Parliamentarians and leaders visited Auschwitz-Birkenau as part of the recent EJA conference in Poland.
“It’s been in many ways a life changing visit,” says UK Secretary of State for Education Nadhim Zahawi. “I have read many books. I’ve watched many film reels. I’ve been to Yad Vashem. But until you come here to Auschwitz-Birkenau, you don’t really begin to understand the industrial scale of the murders, the atrocities that took place.”
Regina Suchowolski-Sluszny, a Holocaust survivor and president of FORUM der Joodse Organisaties says that she came to Auscwitz to ‘honor the parents of my husband.”

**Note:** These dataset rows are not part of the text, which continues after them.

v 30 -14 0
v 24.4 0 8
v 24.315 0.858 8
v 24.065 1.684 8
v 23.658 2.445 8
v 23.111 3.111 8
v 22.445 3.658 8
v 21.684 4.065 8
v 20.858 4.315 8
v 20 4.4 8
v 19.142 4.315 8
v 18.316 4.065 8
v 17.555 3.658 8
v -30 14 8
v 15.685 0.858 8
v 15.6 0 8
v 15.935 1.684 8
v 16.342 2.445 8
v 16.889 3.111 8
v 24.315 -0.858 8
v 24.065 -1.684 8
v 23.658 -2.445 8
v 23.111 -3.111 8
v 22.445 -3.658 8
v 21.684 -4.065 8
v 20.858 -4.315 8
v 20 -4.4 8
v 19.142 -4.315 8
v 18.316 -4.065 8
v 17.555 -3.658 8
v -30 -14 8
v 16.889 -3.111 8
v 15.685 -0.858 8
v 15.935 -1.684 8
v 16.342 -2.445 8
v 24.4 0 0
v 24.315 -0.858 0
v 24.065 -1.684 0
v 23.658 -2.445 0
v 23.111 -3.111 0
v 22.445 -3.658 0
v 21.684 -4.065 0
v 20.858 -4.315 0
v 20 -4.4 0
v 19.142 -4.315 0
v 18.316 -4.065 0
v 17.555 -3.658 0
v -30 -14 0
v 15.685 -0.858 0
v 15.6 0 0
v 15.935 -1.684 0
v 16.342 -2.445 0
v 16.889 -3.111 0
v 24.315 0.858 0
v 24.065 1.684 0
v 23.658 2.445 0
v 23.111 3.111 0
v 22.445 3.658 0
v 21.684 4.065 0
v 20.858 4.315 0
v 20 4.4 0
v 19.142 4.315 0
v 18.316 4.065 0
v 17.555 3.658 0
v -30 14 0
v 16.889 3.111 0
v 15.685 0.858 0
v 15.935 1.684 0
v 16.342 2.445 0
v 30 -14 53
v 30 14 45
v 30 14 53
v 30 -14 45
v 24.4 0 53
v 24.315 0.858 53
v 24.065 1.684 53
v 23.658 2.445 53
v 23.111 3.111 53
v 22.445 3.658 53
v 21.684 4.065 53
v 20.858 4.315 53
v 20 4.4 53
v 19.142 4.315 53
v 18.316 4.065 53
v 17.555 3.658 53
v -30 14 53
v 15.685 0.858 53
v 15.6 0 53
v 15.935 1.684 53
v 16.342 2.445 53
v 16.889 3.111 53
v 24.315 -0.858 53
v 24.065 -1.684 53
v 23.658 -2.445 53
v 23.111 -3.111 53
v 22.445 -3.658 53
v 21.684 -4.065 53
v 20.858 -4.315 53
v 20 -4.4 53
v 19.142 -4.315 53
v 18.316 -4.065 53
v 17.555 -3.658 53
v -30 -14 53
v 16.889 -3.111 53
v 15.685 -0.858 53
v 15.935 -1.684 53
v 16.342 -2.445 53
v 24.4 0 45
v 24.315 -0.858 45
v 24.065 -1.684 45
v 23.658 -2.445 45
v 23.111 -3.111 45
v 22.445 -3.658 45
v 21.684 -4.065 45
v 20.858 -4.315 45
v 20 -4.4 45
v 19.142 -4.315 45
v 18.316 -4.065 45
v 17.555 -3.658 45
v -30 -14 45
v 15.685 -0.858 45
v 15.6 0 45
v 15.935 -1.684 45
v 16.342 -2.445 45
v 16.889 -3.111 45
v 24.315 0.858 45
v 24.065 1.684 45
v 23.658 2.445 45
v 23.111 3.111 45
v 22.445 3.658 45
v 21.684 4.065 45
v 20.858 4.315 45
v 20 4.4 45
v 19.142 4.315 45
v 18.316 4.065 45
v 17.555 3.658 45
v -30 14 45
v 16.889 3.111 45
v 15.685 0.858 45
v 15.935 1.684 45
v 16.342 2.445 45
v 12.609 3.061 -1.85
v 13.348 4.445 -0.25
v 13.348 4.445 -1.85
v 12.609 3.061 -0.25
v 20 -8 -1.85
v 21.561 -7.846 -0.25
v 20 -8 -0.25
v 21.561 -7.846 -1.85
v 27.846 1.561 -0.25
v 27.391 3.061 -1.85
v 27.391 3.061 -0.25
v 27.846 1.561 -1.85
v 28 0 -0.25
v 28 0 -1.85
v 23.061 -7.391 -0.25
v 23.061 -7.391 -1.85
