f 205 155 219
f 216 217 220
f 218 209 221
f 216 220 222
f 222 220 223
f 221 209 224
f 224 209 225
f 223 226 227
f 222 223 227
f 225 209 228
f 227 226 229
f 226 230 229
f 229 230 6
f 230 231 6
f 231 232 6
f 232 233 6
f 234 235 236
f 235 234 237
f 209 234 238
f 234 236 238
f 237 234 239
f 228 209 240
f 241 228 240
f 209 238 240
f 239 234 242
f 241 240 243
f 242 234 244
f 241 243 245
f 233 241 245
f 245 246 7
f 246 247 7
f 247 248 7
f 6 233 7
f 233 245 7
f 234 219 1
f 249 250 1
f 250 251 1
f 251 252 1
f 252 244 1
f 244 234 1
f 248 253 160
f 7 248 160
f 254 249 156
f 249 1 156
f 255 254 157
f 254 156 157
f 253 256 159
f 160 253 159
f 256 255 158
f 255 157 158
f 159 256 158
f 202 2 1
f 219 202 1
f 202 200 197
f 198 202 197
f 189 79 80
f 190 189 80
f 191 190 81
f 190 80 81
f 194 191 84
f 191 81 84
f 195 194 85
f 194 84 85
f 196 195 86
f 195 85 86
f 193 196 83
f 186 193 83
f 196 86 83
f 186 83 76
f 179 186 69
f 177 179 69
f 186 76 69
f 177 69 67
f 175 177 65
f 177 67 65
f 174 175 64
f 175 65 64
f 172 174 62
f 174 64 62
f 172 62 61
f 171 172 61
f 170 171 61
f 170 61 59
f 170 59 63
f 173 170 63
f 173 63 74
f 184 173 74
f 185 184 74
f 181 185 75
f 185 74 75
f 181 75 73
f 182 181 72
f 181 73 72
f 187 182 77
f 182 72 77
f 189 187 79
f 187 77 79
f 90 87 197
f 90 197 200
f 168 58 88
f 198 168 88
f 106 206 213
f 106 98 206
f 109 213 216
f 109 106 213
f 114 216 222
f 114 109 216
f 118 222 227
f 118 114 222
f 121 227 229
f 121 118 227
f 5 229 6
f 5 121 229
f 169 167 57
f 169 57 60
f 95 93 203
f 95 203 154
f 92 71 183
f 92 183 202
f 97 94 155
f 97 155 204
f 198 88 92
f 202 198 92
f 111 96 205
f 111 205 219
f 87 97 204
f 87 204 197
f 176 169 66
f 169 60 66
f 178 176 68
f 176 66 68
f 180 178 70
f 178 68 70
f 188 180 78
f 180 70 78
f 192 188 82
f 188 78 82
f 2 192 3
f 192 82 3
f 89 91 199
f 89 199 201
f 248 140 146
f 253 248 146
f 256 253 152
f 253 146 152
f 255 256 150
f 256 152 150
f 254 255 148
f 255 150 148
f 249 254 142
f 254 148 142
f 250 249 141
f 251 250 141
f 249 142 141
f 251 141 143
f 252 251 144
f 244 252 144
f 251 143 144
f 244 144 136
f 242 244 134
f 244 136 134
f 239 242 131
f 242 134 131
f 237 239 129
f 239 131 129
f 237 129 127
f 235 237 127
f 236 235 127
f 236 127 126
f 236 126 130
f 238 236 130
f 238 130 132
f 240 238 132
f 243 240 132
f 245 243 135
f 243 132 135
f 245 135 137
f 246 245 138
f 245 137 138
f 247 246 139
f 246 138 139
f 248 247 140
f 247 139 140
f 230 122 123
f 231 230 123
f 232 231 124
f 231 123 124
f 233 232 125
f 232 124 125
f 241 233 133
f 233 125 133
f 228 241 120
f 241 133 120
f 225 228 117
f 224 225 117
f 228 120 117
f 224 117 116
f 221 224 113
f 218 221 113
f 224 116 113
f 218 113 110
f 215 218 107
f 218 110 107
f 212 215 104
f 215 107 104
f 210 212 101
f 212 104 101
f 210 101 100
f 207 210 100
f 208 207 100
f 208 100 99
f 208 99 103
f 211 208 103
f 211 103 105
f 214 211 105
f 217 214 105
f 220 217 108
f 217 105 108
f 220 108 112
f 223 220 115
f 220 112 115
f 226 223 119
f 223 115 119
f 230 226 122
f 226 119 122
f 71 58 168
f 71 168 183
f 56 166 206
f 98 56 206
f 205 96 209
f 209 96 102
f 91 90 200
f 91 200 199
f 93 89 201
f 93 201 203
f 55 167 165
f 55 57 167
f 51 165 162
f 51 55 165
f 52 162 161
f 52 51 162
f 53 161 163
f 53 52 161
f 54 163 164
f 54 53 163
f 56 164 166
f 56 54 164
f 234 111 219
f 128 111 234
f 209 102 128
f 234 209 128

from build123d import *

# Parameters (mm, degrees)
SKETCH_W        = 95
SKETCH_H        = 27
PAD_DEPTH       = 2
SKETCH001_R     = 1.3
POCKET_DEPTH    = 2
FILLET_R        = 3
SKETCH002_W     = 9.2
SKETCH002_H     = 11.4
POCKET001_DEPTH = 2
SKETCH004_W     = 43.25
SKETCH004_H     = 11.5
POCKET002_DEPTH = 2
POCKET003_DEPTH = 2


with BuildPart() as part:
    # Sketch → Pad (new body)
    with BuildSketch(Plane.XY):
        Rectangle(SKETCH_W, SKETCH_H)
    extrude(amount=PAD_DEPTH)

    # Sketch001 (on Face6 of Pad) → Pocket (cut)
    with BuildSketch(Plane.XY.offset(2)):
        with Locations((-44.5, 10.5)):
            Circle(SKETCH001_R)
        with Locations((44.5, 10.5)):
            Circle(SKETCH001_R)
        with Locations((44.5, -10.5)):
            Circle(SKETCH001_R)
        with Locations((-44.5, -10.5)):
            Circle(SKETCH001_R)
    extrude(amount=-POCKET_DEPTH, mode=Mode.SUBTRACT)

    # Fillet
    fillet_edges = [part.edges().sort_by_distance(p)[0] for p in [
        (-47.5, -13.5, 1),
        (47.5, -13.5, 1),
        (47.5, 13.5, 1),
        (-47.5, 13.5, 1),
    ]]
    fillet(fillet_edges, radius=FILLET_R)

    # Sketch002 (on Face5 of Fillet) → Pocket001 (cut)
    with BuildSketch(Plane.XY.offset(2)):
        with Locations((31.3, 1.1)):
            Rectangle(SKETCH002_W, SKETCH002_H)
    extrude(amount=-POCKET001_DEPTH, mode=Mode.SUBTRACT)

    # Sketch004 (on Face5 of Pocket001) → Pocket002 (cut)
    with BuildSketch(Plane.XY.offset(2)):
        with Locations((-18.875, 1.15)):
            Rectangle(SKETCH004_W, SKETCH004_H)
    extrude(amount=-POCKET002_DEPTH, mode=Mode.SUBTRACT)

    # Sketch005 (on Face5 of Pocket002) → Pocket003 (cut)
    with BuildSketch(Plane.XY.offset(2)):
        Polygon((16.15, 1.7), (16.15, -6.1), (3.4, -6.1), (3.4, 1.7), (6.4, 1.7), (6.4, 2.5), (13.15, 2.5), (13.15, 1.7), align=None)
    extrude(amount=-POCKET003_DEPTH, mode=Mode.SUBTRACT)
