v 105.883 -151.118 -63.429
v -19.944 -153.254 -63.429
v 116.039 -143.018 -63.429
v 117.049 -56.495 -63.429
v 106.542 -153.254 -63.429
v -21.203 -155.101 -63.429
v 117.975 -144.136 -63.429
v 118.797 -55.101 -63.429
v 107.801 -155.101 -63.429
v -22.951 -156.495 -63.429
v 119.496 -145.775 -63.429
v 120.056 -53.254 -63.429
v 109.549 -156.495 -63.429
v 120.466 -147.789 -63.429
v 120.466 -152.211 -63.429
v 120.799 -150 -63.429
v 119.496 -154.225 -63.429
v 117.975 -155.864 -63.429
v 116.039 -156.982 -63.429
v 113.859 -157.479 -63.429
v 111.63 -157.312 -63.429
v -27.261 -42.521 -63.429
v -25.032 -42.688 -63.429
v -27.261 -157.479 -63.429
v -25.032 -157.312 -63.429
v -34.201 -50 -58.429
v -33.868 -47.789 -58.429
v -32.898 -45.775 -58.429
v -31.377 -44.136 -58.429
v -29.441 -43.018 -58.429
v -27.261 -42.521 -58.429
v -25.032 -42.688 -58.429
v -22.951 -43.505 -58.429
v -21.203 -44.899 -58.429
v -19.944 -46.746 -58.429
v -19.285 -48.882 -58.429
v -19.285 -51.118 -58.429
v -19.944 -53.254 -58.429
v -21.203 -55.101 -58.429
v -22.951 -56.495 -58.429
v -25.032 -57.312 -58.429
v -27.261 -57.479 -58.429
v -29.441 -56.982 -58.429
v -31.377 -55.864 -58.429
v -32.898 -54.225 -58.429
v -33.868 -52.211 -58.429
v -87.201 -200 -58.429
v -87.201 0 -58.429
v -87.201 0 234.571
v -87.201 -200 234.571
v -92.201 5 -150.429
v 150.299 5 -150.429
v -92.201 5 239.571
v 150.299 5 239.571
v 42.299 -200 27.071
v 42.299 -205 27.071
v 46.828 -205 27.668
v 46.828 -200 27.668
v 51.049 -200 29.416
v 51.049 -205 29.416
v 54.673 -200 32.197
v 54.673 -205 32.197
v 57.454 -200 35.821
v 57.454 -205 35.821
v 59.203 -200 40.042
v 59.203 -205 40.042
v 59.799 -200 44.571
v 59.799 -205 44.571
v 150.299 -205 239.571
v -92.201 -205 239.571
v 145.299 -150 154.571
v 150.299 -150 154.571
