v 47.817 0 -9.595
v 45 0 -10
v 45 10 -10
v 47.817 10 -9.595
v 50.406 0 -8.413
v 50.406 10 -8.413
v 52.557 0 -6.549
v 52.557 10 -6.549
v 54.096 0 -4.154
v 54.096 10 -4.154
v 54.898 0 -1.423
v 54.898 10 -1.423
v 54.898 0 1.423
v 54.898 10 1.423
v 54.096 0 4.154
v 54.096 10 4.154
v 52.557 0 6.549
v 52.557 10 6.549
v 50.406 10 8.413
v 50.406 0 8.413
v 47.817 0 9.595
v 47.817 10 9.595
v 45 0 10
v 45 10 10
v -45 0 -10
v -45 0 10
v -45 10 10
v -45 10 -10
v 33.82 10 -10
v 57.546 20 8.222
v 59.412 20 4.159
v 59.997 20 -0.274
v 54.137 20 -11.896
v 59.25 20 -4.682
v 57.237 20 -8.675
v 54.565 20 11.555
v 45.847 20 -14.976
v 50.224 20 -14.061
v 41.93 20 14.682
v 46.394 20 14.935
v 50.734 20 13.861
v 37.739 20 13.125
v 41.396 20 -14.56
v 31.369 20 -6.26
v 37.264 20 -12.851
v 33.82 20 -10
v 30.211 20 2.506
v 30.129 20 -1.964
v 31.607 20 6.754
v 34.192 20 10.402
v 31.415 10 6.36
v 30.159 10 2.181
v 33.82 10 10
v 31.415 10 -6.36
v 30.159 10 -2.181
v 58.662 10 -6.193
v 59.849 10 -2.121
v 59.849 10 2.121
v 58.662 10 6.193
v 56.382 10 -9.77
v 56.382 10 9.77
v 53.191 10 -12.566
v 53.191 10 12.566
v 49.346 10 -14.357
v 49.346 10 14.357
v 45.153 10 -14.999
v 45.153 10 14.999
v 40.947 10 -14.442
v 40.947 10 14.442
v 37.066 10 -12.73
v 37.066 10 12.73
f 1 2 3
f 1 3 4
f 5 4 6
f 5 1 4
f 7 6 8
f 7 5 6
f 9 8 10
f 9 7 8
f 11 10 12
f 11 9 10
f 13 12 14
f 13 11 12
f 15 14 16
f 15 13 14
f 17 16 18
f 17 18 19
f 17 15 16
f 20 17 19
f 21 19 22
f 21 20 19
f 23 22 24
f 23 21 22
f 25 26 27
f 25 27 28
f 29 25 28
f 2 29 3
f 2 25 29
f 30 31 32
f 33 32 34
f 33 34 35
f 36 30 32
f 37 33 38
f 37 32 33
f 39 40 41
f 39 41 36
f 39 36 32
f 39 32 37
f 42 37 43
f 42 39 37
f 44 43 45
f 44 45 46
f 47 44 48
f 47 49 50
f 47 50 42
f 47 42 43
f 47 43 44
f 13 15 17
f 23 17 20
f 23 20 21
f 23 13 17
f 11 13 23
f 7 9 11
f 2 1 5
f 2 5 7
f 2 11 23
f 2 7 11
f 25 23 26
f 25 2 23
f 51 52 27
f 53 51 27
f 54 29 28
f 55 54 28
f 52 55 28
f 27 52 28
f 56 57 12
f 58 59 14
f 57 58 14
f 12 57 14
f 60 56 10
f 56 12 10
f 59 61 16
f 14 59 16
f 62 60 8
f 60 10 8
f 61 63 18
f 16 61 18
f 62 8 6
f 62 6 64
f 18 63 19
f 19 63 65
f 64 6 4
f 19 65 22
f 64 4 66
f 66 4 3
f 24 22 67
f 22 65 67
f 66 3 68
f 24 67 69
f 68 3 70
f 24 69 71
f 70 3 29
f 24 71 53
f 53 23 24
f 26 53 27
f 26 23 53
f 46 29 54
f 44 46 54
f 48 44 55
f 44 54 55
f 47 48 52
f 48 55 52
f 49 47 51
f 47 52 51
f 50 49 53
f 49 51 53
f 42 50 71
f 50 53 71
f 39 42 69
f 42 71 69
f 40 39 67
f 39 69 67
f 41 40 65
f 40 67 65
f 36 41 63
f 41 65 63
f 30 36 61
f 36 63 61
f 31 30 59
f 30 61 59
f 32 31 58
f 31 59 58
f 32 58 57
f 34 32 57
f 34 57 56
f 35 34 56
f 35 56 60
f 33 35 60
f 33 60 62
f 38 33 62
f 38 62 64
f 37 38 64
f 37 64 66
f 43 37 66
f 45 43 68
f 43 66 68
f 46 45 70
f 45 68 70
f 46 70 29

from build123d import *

# Parameters (mm, degrees)
ARM1_DEPTH          = 10
SKETCH3_R           = 15
BOSS_EXTRUDE2_DEPTH = 10


with BuildPart() as part:
    # Sketch1 → arm1 (new body)
    with BuildSketch(Plane(origin=(0, 0, 0), x_dir=(1, 0, 0), z_dir=(0, 1, 0))):
        with BuildLine():
            Line((-45, 10), (45, 10))
            ThreePointArc((45, 10), (55, 0), (45, -10))
            Line((45, -10), (-45, -10))
            Line((-45, -10), (-45, 10))
        make_face()
    extrude(amount=ARM1_DEPTH)

    # Sketch3 → Boss-Extrude2 (add)
    with BuildSketch(Plane(origin=(0, 10, 0), x_dir=(1, 0, 0), z_dir=(0, 1, 0))):
        with Locations(Location((45, 0, 0), (0, 0, 138.189685104))):
            Circle(SKETCH3_R)
    extrude(amount=BOSS_EXTRUDE2_DEPTH)


solid = part.part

“They were Belgian Jews and when they arrived here the same day they went to the gas chambers,” Suchowolski-Sluszn says. “Through these people I want to honor all of the million and a half who were killed here. This is a place it has to be known by everyone in the whole world because what happened was so terrible that a lot of people can’t understand that it happened.”
Zahawi said that “in many ways we can fall silent and hear the anguish of those mothers and children and fathers and grandparents as they perished.”
He adds: “It just makes me more determined to go home back to the United Kingdom and double our efforts to bring our children to see it, to experience Auschwitz. WE all have to redouble our efforts to deal with the scourge of anti-Semitism.”
Suchowolski-Sluszn comapred anti-Semitism to “an illness.”
“We all work to make it disappear but we have to start educating the children when they are 5-6 years old,” she says. “Then maybe we can arrive to a point that this will never happen again. Because it can happen tomorrow.”
Zahawi notes that it is “important for him as Secretary of Education” to be there and to ensure that funding for the Holocaust Edcuation Trust continues, and to “make sure that all our universities follow the IHRA anti-Semitism definition, and help university leadership in my country to make all our universities places where Jewish students can feel safe and feel protected and feel supported.”